To answer your question, it was this very beautiful girl

Way North in Portland...........

And my life is, still, a moveable feast.

scyth

That reminds me of a joke.

Q.Why are there so many beautiful trees lining the main streets in Paris?

A. Because the German Army likes to march in the shade. :smile:

I've never been to Paris but I 'd like to visit some time. Some say women rule the world. But more like your adventure -- it's the love of women that rules the world.

scyth 09-20-2009 02:06 PM

Re: I am off the grid!! (with pix)
 
Noble -

Then there is that thar Spain.

Paris is like Oklahoma.

I've lived in Paris, but not in the big O.


scyth

goldbug 09-20-2009 03:37 PM

Re: I am off the grid!! (with pix)
 
Hi Goldissima,


I am sincerely happy for you. Your setup looks very good. congrats!

45 ACP 09-23-2009 08:26 PM

Re: I am off the grid!! (with pix)
 
Cool.

Do residents arm themselves in the community?

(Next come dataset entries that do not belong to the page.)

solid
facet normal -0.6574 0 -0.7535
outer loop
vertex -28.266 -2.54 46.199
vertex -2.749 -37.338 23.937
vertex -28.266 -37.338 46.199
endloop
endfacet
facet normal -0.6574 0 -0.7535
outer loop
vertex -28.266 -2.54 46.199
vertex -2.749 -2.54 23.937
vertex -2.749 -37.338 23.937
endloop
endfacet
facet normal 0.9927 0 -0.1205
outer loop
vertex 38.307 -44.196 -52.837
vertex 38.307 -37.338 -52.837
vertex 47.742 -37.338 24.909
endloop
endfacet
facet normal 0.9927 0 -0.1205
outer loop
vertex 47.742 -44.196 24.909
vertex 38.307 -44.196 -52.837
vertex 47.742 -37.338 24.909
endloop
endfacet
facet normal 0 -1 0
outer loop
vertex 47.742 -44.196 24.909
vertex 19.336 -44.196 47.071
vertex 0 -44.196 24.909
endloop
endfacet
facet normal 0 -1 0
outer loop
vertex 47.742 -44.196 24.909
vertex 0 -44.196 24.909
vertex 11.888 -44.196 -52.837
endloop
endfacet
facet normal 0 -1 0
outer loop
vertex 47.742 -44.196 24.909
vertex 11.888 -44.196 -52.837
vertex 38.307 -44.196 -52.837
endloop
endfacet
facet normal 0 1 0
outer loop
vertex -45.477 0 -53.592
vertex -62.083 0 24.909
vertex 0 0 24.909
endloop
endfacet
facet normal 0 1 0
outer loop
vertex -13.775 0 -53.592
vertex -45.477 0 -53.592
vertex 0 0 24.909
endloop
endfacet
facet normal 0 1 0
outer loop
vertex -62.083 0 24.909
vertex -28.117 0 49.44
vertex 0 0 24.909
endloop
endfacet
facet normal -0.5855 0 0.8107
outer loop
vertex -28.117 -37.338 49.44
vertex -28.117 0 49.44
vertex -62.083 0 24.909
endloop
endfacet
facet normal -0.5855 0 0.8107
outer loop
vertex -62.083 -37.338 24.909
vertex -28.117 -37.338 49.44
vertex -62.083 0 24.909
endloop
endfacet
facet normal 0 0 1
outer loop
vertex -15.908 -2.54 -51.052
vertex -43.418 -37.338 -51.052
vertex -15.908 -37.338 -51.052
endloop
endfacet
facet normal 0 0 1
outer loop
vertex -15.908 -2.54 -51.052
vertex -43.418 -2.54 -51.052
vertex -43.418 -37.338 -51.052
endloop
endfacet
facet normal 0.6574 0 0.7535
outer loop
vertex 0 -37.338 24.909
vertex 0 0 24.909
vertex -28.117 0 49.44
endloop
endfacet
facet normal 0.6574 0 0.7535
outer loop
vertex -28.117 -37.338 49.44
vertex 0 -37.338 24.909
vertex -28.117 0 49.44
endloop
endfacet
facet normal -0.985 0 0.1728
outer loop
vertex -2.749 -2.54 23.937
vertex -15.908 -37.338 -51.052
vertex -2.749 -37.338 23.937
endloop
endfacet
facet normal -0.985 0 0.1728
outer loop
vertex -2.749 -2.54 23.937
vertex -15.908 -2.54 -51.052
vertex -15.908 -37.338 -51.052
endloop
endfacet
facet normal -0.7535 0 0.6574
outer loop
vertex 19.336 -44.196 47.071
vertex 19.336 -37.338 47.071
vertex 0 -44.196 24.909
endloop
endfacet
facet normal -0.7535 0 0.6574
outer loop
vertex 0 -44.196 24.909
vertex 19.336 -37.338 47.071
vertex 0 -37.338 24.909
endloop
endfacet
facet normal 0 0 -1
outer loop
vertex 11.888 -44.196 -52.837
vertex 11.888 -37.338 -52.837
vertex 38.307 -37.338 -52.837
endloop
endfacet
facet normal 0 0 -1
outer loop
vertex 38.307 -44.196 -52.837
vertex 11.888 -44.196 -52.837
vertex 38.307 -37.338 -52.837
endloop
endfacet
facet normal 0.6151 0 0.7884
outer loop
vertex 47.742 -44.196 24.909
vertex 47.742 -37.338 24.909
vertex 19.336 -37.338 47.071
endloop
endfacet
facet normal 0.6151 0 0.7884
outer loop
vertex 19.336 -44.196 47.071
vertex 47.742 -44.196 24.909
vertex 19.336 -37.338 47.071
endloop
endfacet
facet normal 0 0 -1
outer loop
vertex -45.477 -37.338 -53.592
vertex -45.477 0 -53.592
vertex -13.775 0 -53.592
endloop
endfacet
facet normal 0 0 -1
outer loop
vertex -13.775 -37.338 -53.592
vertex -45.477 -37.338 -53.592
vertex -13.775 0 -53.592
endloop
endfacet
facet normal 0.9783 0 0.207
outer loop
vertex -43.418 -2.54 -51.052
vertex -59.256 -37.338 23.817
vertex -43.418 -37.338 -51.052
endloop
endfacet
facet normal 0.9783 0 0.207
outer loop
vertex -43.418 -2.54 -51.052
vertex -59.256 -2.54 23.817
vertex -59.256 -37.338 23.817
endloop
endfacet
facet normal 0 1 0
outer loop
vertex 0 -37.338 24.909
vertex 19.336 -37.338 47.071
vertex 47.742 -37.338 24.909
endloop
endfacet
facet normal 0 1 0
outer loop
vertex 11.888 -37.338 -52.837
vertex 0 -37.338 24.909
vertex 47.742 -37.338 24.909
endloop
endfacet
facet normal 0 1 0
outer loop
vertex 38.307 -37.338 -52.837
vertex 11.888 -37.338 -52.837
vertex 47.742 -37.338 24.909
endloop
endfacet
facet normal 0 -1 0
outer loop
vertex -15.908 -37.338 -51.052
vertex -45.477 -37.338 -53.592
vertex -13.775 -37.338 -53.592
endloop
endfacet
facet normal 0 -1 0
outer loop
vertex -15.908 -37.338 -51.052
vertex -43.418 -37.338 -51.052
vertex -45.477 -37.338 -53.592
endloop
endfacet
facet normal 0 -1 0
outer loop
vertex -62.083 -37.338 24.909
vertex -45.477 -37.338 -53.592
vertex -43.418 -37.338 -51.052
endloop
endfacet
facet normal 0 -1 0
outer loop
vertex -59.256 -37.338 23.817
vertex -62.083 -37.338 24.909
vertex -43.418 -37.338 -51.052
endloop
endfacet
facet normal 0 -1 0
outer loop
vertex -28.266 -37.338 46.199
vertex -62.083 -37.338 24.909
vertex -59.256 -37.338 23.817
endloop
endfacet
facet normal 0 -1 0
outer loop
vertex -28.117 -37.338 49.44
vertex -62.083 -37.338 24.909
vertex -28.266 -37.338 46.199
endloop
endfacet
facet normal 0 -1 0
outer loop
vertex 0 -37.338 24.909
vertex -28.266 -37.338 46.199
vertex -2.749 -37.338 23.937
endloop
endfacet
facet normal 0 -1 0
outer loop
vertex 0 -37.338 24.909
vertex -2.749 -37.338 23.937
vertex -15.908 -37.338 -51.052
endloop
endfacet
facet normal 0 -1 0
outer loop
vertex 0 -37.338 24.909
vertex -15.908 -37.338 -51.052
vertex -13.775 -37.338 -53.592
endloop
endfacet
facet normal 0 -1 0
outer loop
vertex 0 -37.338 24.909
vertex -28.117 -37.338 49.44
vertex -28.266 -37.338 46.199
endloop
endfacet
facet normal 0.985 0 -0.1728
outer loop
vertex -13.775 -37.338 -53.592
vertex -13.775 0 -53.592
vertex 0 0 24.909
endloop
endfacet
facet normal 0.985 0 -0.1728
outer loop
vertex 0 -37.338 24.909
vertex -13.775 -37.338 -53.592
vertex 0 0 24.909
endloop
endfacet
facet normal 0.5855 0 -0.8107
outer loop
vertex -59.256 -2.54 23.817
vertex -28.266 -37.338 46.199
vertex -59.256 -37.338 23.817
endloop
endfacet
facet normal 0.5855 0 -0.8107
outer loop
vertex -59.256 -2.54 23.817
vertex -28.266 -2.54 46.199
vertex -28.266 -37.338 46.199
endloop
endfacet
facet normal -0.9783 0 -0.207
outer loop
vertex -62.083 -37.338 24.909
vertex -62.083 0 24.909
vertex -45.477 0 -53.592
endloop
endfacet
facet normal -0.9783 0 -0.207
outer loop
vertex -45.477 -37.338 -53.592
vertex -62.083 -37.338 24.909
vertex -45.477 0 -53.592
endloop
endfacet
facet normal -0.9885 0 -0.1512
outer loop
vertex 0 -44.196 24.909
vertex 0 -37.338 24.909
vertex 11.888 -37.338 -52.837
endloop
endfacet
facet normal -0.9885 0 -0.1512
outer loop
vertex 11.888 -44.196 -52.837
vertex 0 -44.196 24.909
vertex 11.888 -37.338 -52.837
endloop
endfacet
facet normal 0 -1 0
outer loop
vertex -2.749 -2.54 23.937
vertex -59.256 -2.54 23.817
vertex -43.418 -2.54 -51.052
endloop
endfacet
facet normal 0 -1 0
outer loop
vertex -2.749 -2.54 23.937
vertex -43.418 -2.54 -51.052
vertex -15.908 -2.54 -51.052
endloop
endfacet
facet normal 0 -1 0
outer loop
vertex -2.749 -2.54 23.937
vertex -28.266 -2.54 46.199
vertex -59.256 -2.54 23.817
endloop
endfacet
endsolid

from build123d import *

# Parameters (mm, degrees)
F1_DEPTH = 37.338
F2_T     = -2.54
F4_DEPTH = 6.858


with BuildPart() as f1:
    # F0 (on Front) → F1 (new body)
    with BuildSketch(Plane.XZ):
        Polygon((-62.083233, 24.908774), (-45.477383, -53.591605), (-13.775306, -53.591605), (0, 24.908774), (-28.116722, 49.440142), align=None)
    extrude(amount=F1_DEPTH)

    # F2
    f2_openings = [f1.faces().sort_by_distance(p)[0] for p in [
        (-30.351472, -37.338, -2.700199),
    ]]
    offset(amount=F2_T, openings=f2_openings)


with BuildPart() as f4:
    # F3 (on face) → F4 (new body)
    with BuildSketch(Plane.XZ.offset(37.338)):
        Polygon((19.335996, 47.0708), (0, 24.908774), (11.888279, -52.836794), (38.306672, -52.836794), (47.741815, 24.908774), align=None)
    extrude(amount=F4_DEPTH)


solid = Compound([f1.part, f4.part])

I am me, I am free 09-30-2009 05:06 PM

Re: I am off the grid!! (with pix)
 
Glad to hear you're enjoying your new digs, goldissima. Looks like a swell place with a bunch of nice folks. I think you made a wise move, you'd definitely much better off there than NYC by a long shot - no comparison really.

We just closed on our 500+ acre property in east Texas, which is also owned by a non-profit. Our property is unimproved and has only had the open areas used for hay/livestock grazing, so we're starting from scratch. We're got a couple of ponds (we call 'em tanks in east Texas) on the property and we're going to put in several more. We're going to be doing the community supported agriculture thing like your group is doing, plus we're going to engage the community at large with respect to gardening/protein production. >90% of the community will be off grid, and most likely nearly 100% of the households will be off grid. Our goal is to be 100% off grid, generating our own power with waste oil.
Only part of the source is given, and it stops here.